In the first month of her husband Hal’s mysterious illness, Corinne asked his doctors several times why he was walking and talking more slowly. All they could tell her was that his condition was not likely Alzheimer’s dementia, Parkinson’s disease, multiple sclerosis or stroke. Once more test results came back, they reassured her, he would be diagnosed and then properly treated. Not knowing what they were fighting against made Corinne anxious, but she tried to remain hopeful.
Six months later, however, when they still had no answers and Hal was becoming forgetful, too, Corinne began doing her own research about what might be going on. When Hal was asleep, she spent hours reading online articles on any syndrome that seemed even remotely like his. Unfortunately, each disease she read about sounded more dire than the last. Corinne started to panic as potential worst-case scenarios of her husband’s disability and death ran through her head.
A medical diagnosis is a kind of map of previously unknown territory. It identifies features of the landscape, called symptoms, and major roads, known as treatments. It enables doctors, patients and family caregivers to plot a course, if possible, toward safer environs. Without this map, patients and their caregivers, such as Hal and Corinne, have little idea of how to navigate their future. They feel increasingly lost and afraid.

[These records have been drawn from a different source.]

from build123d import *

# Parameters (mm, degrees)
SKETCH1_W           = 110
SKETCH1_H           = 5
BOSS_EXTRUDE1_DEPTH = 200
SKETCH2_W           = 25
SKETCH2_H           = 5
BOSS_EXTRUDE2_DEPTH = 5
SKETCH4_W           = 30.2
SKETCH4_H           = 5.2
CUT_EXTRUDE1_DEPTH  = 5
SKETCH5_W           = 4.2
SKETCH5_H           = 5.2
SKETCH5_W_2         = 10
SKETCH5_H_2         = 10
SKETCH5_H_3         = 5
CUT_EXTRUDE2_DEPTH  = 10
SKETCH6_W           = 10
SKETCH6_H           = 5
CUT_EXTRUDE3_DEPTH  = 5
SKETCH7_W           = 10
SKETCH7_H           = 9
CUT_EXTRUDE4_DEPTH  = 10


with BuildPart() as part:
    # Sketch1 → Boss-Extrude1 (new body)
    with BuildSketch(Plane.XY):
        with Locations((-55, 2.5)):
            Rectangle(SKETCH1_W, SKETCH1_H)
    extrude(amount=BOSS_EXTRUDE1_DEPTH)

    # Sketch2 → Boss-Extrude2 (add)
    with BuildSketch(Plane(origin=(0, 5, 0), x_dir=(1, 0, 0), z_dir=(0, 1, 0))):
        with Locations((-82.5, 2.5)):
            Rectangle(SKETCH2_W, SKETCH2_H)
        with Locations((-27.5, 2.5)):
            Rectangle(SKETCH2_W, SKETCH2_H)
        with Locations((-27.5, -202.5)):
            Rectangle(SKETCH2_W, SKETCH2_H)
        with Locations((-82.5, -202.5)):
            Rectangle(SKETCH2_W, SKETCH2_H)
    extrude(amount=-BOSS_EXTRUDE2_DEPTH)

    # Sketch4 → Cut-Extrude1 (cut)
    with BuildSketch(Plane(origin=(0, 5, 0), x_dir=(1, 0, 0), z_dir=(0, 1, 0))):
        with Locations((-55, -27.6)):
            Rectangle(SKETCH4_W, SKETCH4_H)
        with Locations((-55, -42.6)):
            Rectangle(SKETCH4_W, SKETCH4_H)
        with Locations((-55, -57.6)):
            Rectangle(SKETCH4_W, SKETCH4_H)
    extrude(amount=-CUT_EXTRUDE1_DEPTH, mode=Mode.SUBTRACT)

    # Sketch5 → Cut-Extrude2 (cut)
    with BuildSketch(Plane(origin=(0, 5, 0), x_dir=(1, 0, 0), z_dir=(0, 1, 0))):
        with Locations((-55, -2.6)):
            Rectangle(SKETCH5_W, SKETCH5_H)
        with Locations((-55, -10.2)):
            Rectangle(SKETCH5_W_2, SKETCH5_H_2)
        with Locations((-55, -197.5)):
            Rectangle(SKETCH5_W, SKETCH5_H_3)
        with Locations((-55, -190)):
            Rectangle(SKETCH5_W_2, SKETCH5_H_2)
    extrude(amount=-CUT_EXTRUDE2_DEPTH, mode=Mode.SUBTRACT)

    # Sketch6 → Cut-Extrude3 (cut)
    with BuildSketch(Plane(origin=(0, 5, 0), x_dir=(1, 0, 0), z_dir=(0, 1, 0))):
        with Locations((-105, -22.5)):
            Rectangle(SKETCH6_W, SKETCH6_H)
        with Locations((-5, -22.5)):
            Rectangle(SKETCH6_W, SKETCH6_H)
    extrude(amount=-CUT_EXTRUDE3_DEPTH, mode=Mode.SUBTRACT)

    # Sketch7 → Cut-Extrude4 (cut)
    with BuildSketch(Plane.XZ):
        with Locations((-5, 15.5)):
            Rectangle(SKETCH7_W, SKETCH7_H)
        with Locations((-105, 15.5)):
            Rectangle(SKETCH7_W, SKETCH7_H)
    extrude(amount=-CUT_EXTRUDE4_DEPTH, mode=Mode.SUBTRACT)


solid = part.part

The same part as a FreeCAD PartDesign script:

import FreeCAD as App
import Part
import Sketcher
Q = App.Units.Quantity

doc = App.newDocument("Part")
body = doc.addObject("PartDesign::Body", "Body")

sketch1 = doc.addObject("Sketcher::SketchObject", "Sketch")
body.addObject(sketch1)
sketch1.AttachmentSupport = (doc.XY_Plane, [""])
sketch1.MapMode = "FlatFace"
sketch1.addGeometry(Part.LineSegment(App.Vector(-110, 5, 0), App.Vector(-110, 0, 0)), False)
sketch1.addGeometry(Part.LineSegment(App.Vector(-110, 0, 0), App.Vector(0, 0, 0)), False)
sketch1.addGeometry(Part.LineSegment(App.Vector(0, 0, 0), App.Vector(0, 5, 0)), False)
sketch1.addGeometry(Part.LineSegment(App.Vector(0, 5, 0), App.Vector(-110, 5, 0)), False)
sketch1.addConstraint(Sketcher.Constraint("Coincident", 0, 2, 1, 1))
sketch1.addConstraint(Sketcher.Constraint("Coincident", 1, 2, 2, 1))
sketch1.addConstraint(Sketcher.Constraint("Coincident", 2, 2, 3, 1))
sketch1.addConstraint(Sketcher.Constraint("Coincident", 3, 2, 0, 1))
sketch1.addConstraint(Sketcher.Constraint("Vertical", 0))
sketch1.addConstraint(Sketcher.Constraint("Horizontal", 1))
sketch1.addConstraint(Sketcher.Constraint("Vertical", 2))
sketch1.addConstraint(Sketcher.Constraint("Horizontal", 3))
sketch1.addConstraint(Sketcher.Constraint("Coincident", 1, 2, -1, 1))
sketch1.addConstraint(Sketcher.Constraint("DistanceX", 1, 1, 1, 2, Q("110 mm")))
sketch1.addConstraint(Sketcher.Constraint("DistanceY", 0, 2, 0, 1, Q("5 mm")))
pad1 = doc.addObject("PartDesign::Pad", "Pad")
body.addObject(pad1)
pad1.Profile = sketch1
pad1.Length = 200

sketch2 = doc.addObject("Sketcher::SketchObject", "Sketch001")
body.addObject(sketch2)
sketch2.AttachmentSupport = (doc.XZ_Plane, [""])
sketch2.MapMode = "FlatFace"
sketch2.AttachmentOffset = App.Placement(App.Vector(0, 0, -5), App.Rotation())
sketch2.addGeometry(Part.LineSegment(App.Vector(-95, -5, 0), App.Vector(-95, 0, 0)), False)
sketch2.addGeometry(Part.LineSegment(App.Vector(-95, 0, 0), App.Vector(-70, 0, 0)), False)
sketch2.addGeometry(Part.LineSegment(App.Vector(-70, 0, 0), App.Vector(-70, -5, 0)), False)
sketch2.addGeometry(Part.LineSegment(App.Vector(-70, -5, 0), App.Vector(-95, -5, 0)), False)
sketch2.addGeometry(Part.LineSegment(App.Vector(-40, -5, 0), App.Vector(-40, 0, 0)), False)
sketch2.addGeometry(Part.LineSegment(App.Vector(-40, 0, 0), App.Vector(-15, 0, 0)), False)
sketch2.addGeometry(Part.LineSegment(App.Vector(-15, 0, 0), App.Vector(-15, -5, 0)), False)
sketch2.addGeometry(Part.LineSegment(App.Vector(-15, -5, 0), App.Vector(-40, -5, 0)), False)
sketch2.addGeometry(Part.LineSegment(App.Vector(-40, 200, 0), App.Vector(-40, 205, 0)), False)
sketch2.addGeometry(Part.LineSegment(App.Vector(-40, 205, 0), App.Vector(-15, 205, 0)), False)
sketch2.addGeometry(Part.LineSegment(App.Vector(-15, 205, 0), App.Vector(-15, 200, 0)), False)
sketch2.addGeometry(Part.LineSegment(App.Vector(-15, 200, 0), App.Vector(-40, 200, 0)), False)
sketch2.addGeometry(Part.LineSegment(App.Vector(-95, 200, 0), App.Vector(-95, 205, 0)), False)
sketch2.addGeometry(Part.LineSegment(App.Vector(-95, 205, 0), App.Vector(-70, 205, 0)), False)
sketch2.addGeometry(Part.LineSegment(App.Vector(-70, 205, 0), App.Vector(-70, 200, 0)), False)
sketch2.addGeometry(Part.LineSegment(App.Vector(-70, 200, 0), App.Vector(-95, 200, 0)), False)
sketch2.addConstraint(Sketcher.Constraint("Coincident", 0, 2, 1, 1))
sketch2.addConstraint(Sketcher.Constraint("Coincident", 1, 2, 2, 1))
sketch2.addConstraint(Sketcher.Constraint("Coincident", 2, 2, 3, 1))
sketch2.addConstraint(Sketcher.Constraint("Coincident", 3, 2, 0, 1))
sketch2.addConstraint(Sketcher.Constraint("Coincident", 4, 2, 5, 1))
sketch2.addConstraint(Sketcher.Constraint("Coincident", 5, 2, 6, 1))
sketch2.addConstraint(Sketcher.Constraint("Coincident", 6, 2, 7, 1))
sketch2.addConstraint(Sketcher.Constraint("Coincident", 7, 2, 4, 1))
sketch2.addConstraint(Sketcher.Constraint("Coincident", 8, 2, 9, 1))
sketch2.addConstraint(Sketcher.Constraint("Coincident", 9, 2, 10, 1))
sketch2.addConstraint(Sketcher.Constraint("Coincident", 10, 2, 11, 1))
sketch2.addConstraint(Sketcher.Constraint("Coincident", 11, 2, 8, 1))
sketch2.addConstraint(Sketcher.Constraint("Coincident", 12, 2, 13, 1))
sketch2.addConstraint(Sketcher.Constraint("Coincident", 13, 2, 14, 1))
sketch2.addConstraint(Sketcher.Constraint("Coincident", 14, 2, 15, 1))
sketch2.addConstraint(Sketcher.Constraint("Coincident", 15, 2, 12, 1))
sketch2.addConstraint(Sketcher.Constraint("Vertical", 0))
sketch2.addConstraint(Sketcher.Constraint("Horizontal", 1))
sketch2.addConstraint(Sketcher.Constraint("Vertical", 2))
sketch2.addConstraint(Sketcher.Constraint("Horizontal", 3))
sketch2.addConstraint(Sketcher.Constraint("Vertical", 4))
sketch2.addConstraint(Sketcher.Constraint("Horizontal", 5))
sketch2.addConstraint(Sketcher.Constraint("Vertical", 6))
sketch2.addConstraint(Sketcher.Constraint("Horizontal", 7))
sketch2.addConstraint(Sketcher.Constraint("Vertical", 8))
sketch2.addConstraint(Sketcher.Constraint("Horizontal", 9))
sketch2.addConstraint(Sketcher.Constraint("Vertical", 10))
sketch2.addConstraint(Sketcher.Constraint("Horizontal", 11))
sketch2.addConstraint(Sketcher.Constraint("Vertical", 12))
sketch2.addConstraint(Sketcher.Constraint("Horizontal", 13))
sketch2.addConstraint(Sketcher.Constraint("Vertical", 14))
sketch2.addConstraint(Sketcher.Constraint("Horizontal", 15))
sketch2.addConstraint(Sketcher.Constraint("PointOnObject", 0, 2, -1))
sketch2.addConstraint(Sketcher.Constraint("PointOnObject", 4, 2, -1))
sketch2.addConstraint(Sketcher.Constraint("Horizontal", 3, 2, 6, 2))
sketch2.addConstraint(Sketcher.Constraint("Horizontal", 9, 2, 12, 2))
sketch2.addConstraint(Sketcher.Constraint("Horizontal", 11, 2, 14, 2))
sketch2.addConstraint(Sketcher.Constraint("Vertical", 7, 2, 8, 2))
sketch2.addConstraint(Sketcher.Constraint("Vertical", 6, 2, 9, 2))
sketch2.addConstraint(Sketcher.Constraint("Vertical", 3, 2, 12, 2))
sketch2.addConstraint(Sketcher.Constraint("Vertical", 2, 2, 13, 2))
sketch2.addConstraint(Sketcher.Constraint("Equal", 3, 5))
sketch2.addConstraint(Sketcher.Constraint("Equal", 6, 8))
sketch2.addConstraint(Sketcher.Constraint("DistanceX", 1, 1, 1, 2, Q("25 mm")))
sketch2.addConstraint(Sketcher.Constraint("DistanceY", 0, 1, 0, 2, Q("5 mm")))
sketch2.addConstraint(Sketcher.Constraint("DistanceX", 0, 2, -1, 1, Q("95 mm")))
sketch2.addConstraint(Sketcher.Constraint("DistanceX", 4, 2, -1, 1, Q("40 mm")))
sketch2.addConstraint(Sketcher.Constraint("DistanceY", -1, 1, 8, 2, Q("205 mm")))
pad2 = doc.addObject("PartDesign::Pad", "Pad001")
body.addObject(pad2)
pad2.Profile = sketch2
pad2.Length = 5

But even modern maps may have blank or sketchily drawn areas indicating gaps in medical knowledge. For example, more than a century of research on dementia has not resulted in a full picture of the causes and exact course of any one individual’s encounter with the disease. Many caregivers are still left uncertain about where they are headed or how best to help their relative along the way.
No one likes living with uncertainty, especially concerning people for whom they are caring. How can family caregivers live with at least some medical uncertainty without greater anxiety and anguish? Here are some ideas:
Ask about different medical information
A care receiver’s diagnosis provides a great deal of helpful information, but not knowing it does not mean family caregivers need be clueless about what to expect. As Northwestern University family psychiatrist John Rolland has pointed out in his book Helping Couples and Families Navigate Illness and Disability, doctors often can distinguish among three possible phases — initial crisis phase, chronic and terminal — of many illnesses.